Taking to the mound in this inning of C’s Chat is 2019 Vancouver Canadians pitcher Mike Pascoe.
The 5-foot-10 right-hander from Arlington, New York saw his baseball career begin to take shape at Arlington High School where he did double duty as a position player and a pitcher.
“I was always actually a pretty good hitter in high school. I was a middle infielder, pretty quick, good bat. I was pretty fast but I didn’t really think I’d be a really good hitter at the next level in college.
I always had a pretty good arm off the mound so I kind of found myself becoming a pitcher like when I was a sophomore and junior in high school. I started really focusing it on when I got to college. That’s when I put down the bat and just really started focusing on pitching.”
The highlight of Pascoe’s pitching career at Arlington High was throwing a no-hitter in his senior season of 2016.
“I felt pretty good in the bullpen, I’ll never forget it. Before I pitched, our pitching coach told one of the guys that he thought I was going to throw a no-hitter that day but he obviously didn’t tell me that.
I go into the game and I feel great. The first couple of innings go by and they’re flying by. I’m not throwing a lot of pitches. I probably had like 30 pitches through like three or four innings, I was just flying through it. It was only like a 4-0 game so it wasn’t like too far away not to stop competing and I realized what was going on. Around the fifth and sixth, I’m like ‘Wow, I can really make this happen.’
When the seventh inning came along, it was just three quick outs and I couldn’t believe it. I was with friends that I grew up with and that was a special moment, especially to go out with a bang like that in my senior year of high school back in New York.”
From New York State to the Lone Star State
After going undrafted out of high school, Pascoe went the junior college route by heading to San Jacinto College in Houston.
“It was a great experience. I got down there, a bunch of southern boys. Man, big kids! I think it was huge for my development. I was surrounded by a lot of D1 transfers and guys who had played high-level baseball. It pushed me to be the best I could be. I wanted to get drafted so being around guys like that really helped push myself even more.
The staff there did so much for me, they believed in me and really helped me develop. I wouldn’t take that decision back any time. They did so much for me and I’m so glad I went there.”

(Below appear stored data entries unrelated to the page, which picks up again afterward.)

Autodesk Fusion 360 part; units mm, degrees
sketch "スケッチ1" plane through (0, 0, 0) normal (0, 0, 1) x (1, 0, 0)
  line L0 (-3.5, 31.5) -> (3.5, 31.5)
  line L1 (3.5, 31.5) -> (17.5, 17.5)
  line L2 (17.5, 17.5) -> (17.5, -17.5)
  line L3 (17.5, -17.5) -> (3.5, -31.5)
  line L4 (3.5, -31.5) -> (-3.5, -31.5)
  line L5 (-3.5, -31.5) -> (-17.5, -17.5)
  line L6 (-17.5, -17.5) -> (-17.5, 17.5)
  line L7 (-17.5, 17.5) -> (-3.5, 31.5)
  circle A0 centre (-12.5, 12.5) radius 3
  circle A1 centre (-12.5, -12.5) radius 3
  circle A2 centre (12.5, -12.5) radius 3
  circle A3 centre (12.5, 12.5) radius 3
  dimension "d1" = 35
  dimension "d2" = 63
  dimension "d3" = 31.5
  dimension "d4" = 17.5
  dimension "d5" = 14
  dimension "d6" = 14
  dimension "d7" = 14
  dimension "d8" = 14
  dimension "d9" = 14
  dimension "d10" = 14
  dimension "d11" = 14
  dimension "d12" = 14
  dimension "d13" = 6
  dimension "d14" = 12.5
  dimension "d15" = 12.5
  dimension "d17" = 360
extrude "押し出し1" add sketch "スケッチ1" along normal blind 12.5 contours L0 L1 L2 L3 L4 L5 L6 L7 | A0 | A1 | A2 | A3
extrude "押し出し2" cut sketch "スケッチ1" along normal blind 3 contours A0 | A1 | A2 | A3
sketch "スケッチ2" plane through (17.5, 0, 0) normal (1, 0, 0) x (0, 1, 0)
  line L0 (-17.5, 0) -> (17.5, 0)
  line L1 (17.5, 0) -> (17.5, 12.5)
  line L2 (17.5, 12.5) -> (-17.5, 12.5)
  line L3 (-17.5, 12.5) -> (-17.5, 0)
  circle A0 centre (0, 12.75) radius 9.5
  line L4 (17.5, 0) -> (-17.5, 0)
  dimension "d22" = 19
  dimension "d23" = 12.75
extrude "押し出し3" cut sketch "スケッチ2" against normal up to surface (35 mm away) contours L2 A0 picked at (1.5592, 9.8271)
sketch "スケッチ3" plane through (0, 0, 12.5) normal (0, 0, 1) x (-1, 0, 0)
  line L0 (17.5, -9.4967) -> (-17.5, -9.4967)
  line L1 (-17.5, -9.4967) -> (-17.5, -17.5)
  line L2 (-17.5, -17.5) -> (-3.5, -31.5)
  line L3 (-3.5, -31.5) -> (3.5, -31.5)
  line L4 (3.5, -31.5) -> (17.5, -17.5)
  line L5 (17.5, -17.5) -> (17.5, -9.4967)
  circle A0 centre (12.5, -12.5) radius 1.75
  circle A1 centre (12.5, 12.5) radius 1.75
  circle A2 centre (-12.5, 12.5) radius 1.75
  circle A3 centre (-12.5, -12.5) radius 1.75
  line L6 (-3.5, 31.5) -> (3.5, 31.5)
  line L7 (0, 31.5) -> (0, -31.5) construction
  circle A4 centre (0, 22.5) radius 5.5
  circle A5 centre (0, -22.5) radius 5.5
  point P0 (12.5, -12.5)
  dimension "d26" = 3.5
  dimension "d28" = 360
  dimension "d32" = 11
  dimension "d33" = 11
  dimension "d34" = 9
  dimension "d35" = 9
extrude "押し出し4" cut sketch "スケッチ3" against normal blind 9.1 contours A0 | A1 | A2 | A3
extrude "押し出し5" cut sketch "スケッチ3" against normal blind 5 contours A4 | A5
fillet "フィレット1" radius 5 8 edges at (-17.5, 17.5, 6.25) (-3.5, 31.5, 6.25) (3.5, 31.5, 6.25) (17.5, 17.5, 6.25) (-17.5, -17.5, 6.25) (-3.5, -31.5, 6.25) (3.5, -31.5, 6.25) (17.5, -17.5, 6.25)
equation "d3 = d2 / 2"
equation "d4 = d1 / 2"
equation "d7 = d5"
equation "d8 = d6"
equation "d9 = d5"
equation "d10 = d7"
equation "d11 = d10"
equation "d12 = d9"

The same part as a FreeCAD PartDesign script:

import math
import FreeCAD as App
import Part
import Sketcher
Q = App.Units.Quantity


def edges_at(feature, points):
    """Names of the edges that pass closest to the given points."""
    edges = feature.Shape.Edges
    near = lambda p: min(range(len(edges)), key=lambda i: edges[i].distToShape(Part.Vertex(*p))[0])
    return sorted({f"Edge{near(p) + 1}" for p in points})


def add_polygon(sketch, points):
    """Adds a closed chain of lines whose ends are joined by coincident constraints."""
    first, n = sketch.GeometryCount, len(points)
    for a, b in zip(points, points[1:] + points[:1]):
        sketch.addGeometry(Part.LineSegment(App.Vector(*a, 0), App.Vector(*b, 0)), False)
    for i in range(n):
        sketch.addConstraint(Sketcher.Constraint("Coincident", first + i, 2, first + (i + 1) % n, 1))

doc = App.newDocument("Part")
params = doc.addObject("Spreadsheet::Sheet", "Params")
for row, (alias, value) in enumerate([
    ("sketch1_height", "35 mm"),
    ("pad1_length", "12.5 mm"),
    ("sketch2_diameter", "6 mm"),
    ("pocket1_length", "3 mm"),
    ("sketch3_radius", "9.5 mm"),
    ("pocket2_length", "35 mm"),
    ("sketch4_diameter", "3.5 mm"),
    ("pocket3_length", "9.1 mm"),
    ("sketch5_diameter", "11 mm"),
    ("pocket4_length", "5 mm"),
    ("fillet_radius", "5 mm"),
], start=1):
    params.set(f"A{row}", alias)
    params.set(f"B{row}", "=" + value)
    params.setAlias(f"B{row}", alias)

body = doc.addObject("PartDesign::Body", "Body")

# Sketch on XY plane
sketch1 = doc.addObject("Sketcher::SketchObject", "Sketch")
body.addObject(sketch1)
sketch1.AttachmentSupport = (doc.XY_Plane, [""])
sketch1.MapMode = "FlatFace"
add_polygon(sketch1, [(4, 32), (-4, 32), (-18, 18), (-18, -18), (-4, -32), (4, -32), (18, -18), (18, 18)])  # lines 0-7
sketch1.addConstraint([
    Sketcher.Constraint("Horizontal", 0),
    Sketcher.Constraint("Vertical", 2),
    Sketcher.Constraint("Horizontal", 4),
    Sketcher.Constraint("Vertical", 6),
    Sketcher.Constraint("Symmetric", 0, 2, 4, 2, -1, 1),
    Sketcher.Constraint("Symmetric", 1, 2, 5, 2, -1, 1),
    Sketcher.Constraint("Perpendicular", 1, 3),
    Sketcher.Constraint("Perpendicular", 5, 7),
    Sketcher.Constraint("Horizontal", 2, 2, 5, 2),
    Sketcher.Constraint("Horizontal", 1, 2, 6, 2),
    Sketcher.Constraint("Vertical", 0, 2, 3, 2),
    Sketcher.Constraint("DistanceY", 2, 2, 2, 1, Q("35 mm")),
    Sketcher.Constraint("DistanceX", 1, 2, 0, 2, Q("14 mm")),
    Sketcher.Constraint("DistanceX", 2, 2, 5, 2, Q("35 mm")),
])
sketch1.setExpression("Constraints[19]", "Params.sketch1_height")
pad1 = doc.addObject("PartDesign::Pad", "Pad")
body.addObject(pad1)
pad1.Profile = sketch1
pad1.setExpression("Length", "Params.pad1_length")

# Sketch on XY plane
sketch2 = doc.addObject("Sketcher::SketchObject", "Sketch001")
body.addObject(sketch2)
sketch2.AttachmentSupport = (doc.XY_Plane, [""])
sketch2.MapMode = "FlatFace"
sketch2.addGeometry([
    Part.Circle(App.Vector(-12.5, 12.5, 0), App.Vector(0, 0, 1), 3),
    Part.Circle(App.Vector(-12.5, -12.5, 0), App.Vector(0, 0, 1), 3),
    Part.Circle(App.Vector(12.5, -12.5, 0), App.Vector(0, 0, 1), 3),
    Part.Circle(App.Vector(12.5, 12.5, 0), App.Vector(0, 0, 1), 3),
], False)
sketch2.addConstraint([
    Sketcher.Constraint("Equal", 0, 1),
    Sketcher.Constraint("Equal", 1, 2),
    Sketcher.Constraint("Equal", 2, 3),
    Sketcher.Constraint("Symmetric", 0, 3, 2, 3, -1, 1),
    Sketcher.Constraint("Symmetric", 1, 3, 3, 3, -1, 1),
    Sketcher.Constraint("Symmetric", 1, 3, 2, 3, -2),
    Sketcher.Constraint("Diameter", 0, Q("6 mm")),
    Sketcher.Constraint("DistanceX", 0, 3, -1, 1, Q("12.5 mm")),
    Sketcher.Constraint("DistanceY", -1, 1, 0, 3, Q("12.5 mm")),
])
sketch2.setExpression("Constraints[6]", "Params.sketch2_diameter")
pocket1 = doc.addObject("PartDesign::Pocket", "Pocket")
body.addObject(pocket1)
pocket1.Profile = sketch2
pocket1.setExpression("Length", "Params.pocket1_length")
pocket1.Reversed = True

# Sketch on YZ plane
sketch3 = doc.addObject("Sketcher::SketchObject", "Sketch002")
body.addObject(sketch3)
sketch3.AttachmentSupport = (doc.YZ_Plane, [""])
sketch3.MapMode = "FlatFace"
sketch3.AttachmentOffset = App.Placement(App.Vector(0, 0, 17.5), App.Rotation())
sketch3.addGeometry([
    Part.LineSegment(App.Vector(9, 12, 0), App.Vector(-9, 12, 0)),
    Part.ArcOfCircle(Part.Circle(App.Vector(0, 13, 0), App.Vector(0, 0, 1), 10), math.radians(-178), math.radians(-2)),
], False)
sketch3.addConstraint([
    Sketcher.Constraint("Coincident", 0, 1, 1, 2),
    Sketcher.Constraint("Coincident", 1, 1, 0, 2),
    Sketcher.Constraint("Horizontal", 0),
    Sketcher.Constraint("PointOnObject", 1, 3, -2),
    Sketcher.Constraint("Radius", 1, Q("9.5 mm")),
    Sketcher.Constraint("DistanceY", -1, 1, 1, 3, Q("12.75 mm")),
    Sketcher.Constraint("DistanceY", -1, 1, 0, 1, Q("12.5 mm")),
])
sketch3.setExpression("Constraints[4]", "Params.sketch3_radius")
pocket2 = doc.addObject("PartDesign::Pocket", "Pocket001")
body.addObject(pocket2)
pocket2.Profile = sketch3
pocket2.setExpression("Length", "Params.pocket2_length")

# Sketch on XY plane
sketch4 = doc.addObject("Sketcher::SketchObject", "Sketch003")
body.addObject(sketch4)
sketch4.AttachmentSupport = (doc.XY_Plane, [""])
sketch4.MapMode = "FlatFace"
sketch4.AttachmentOffset = App.Placement(App.Vector(0, 0, 12.5), App.Rotation())
sketch4.addGeometry([
    Part.Circle(App.Vector(-12.5, 12.5, 0), App.Vector(0, 0, 1), 1.8),
    Part.Circle(App.Vector(-12.5, -12.5, 0), App.Vector(0, 0, 1), 1.8),
    Part.Circle(App.Vector(12.5, -12.5, 0), App.Vector(0, 0, 1), 1.8),
    Part.Circle(App.Vector(12.5, 12.5, 0), App.Vector(0, 0, 1), 1.8),
], False)
sketch4.addConstraint([
    Sketcher.Constraint("Equal", 0, 1),
    Sketcher.Constraint("Equal", 1, 2),
    Sketcher.Constraint("Equal", 2, 3),
    Sketcher.Constraint("Symmetric", 0, 3, 2, 3, -1, 1),
    Sketcher.Constraint("Symmetric", 1, 3, 3, 3, -1, 1),
    Sketcher.Constraint("Symmetric", 1, 3, 2, 3, -2),
    Sketcher.Constraint("Diameter", 0, Q("3.5 mm")),
    Sketcher.Constraint("DistanceY", 1, 3, 0, 3, Q("25 mm")),
    Sketcher.Constraint("DistanceX", 1, 3, 2, 3, Q("25 mm")),
])
sketch4.setExpression("Constraints[6]", "Params.sketch4_diameter")
pocket3 = doc.addObject("PartDesign::Pocket", "Pocket002")
body.addObject(pocket3)
pocket3.Profile = sketch4
pocket3.setExpression("Length", "Params.pocket3_length")

# Sketch on XY plane
sketch5 = doc.addObject("Sketcher::SketchObject", "Sketch004")
body.addObject(sketch5)
sketch5.AttachmentSupport = (doc.XY_Plane, [""])
sketch5.MapMode = "FlatFace"
sketch5.AttachmentOffset = App.Placement(App.Vector(0, 0, 12.5), App.Rotation())
sketch5.addGeometry([
    Part.Circle(App.Vector(0, -22, 0), App.Vector(0, 0, 1), 6),
    Part.Circle(App.Vector(0, 22, 0), App.Vector(0, 0, 1), 6),
], False)
sketch5.addConstraint([
    Sketcher.Constraint("Equal", 0, 1),
    Sketcher.Constraint("Symmetric", 0, 3, 1, 3, -1, 1),
    Sketcher.Constraint("PointOnObject", 0, 3, -2),
    Sketcher.Constraint("Diameter", 0, Q("11 mm")),
    Sketcher.Constraint("DistanceY", 0, 3, 1, 3, Q("45 mm")),
])
sketch5.setExpression("Constraints[3]", "Params.sketch5_diameter")
pocket4 = doc.addObject("PartDesign::Pocket", "Pocket003")
body.addObject(pocket4)
pocket4.Profile = sketch5
pocket4.setExpression("Length", "Params.pocket4_length")
doc.recompute()

fillet = doc.addObject("PartDesign::Fillet", "Fillet")
body.addObject(fillet)
fillet.Base = (pocket4, edges_at(pocket4, [
    (-17.5, 17.5, 6.25),
    (-3.5, 31.5, 6.25),
    (3.5, 31.5, 6.25),
    (17.5, 17.5, 6.25),
    (-17.5, -17.5, 6.25),
    (-3.5, -31.5, 6.25),
    (3.5, -31.5, 6.25),
    (17.5, -17.5, 6.25),
]))
fillet.setExpression("Radius", "Params.fillet_radius")

doc.recompute()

Pascoe listed two people as his two biggest pitching influences, the first being his father Ken Pascoe.
“I think first of all, it was my Dad. He introduced baseball to me obviously. Once I started pitching, he was able to help me with the basics—balance points and all that stuff. That kind of helped me through high school. He did so much for me.
Once I went to college, Woody Williams—who was a 15-year major league pitcher for the Astros, the Padres and a couple of other teams. He helped me so much. He kind of honed in what I need to do to get to professional baseball. He saw potential me and I’m forever thankful for that. He really helped me prepare for this. “
2018 MLB Draft
As it turned out, the first major league team Williams pitched for would be the one to call Pascoe’s name at the 2018 draft. After striking out 12 batters in 12-2/3 innings in 2017 with the Gators, Pascoe rung up 27 hitters in 15 frames to go along with a 1-0 record and a 2.35 earned run average in 2018. That earned the attention of the Toronto Blue Jays who selected him in the 24th round last summer on the recommendation of scout Brian Johnston.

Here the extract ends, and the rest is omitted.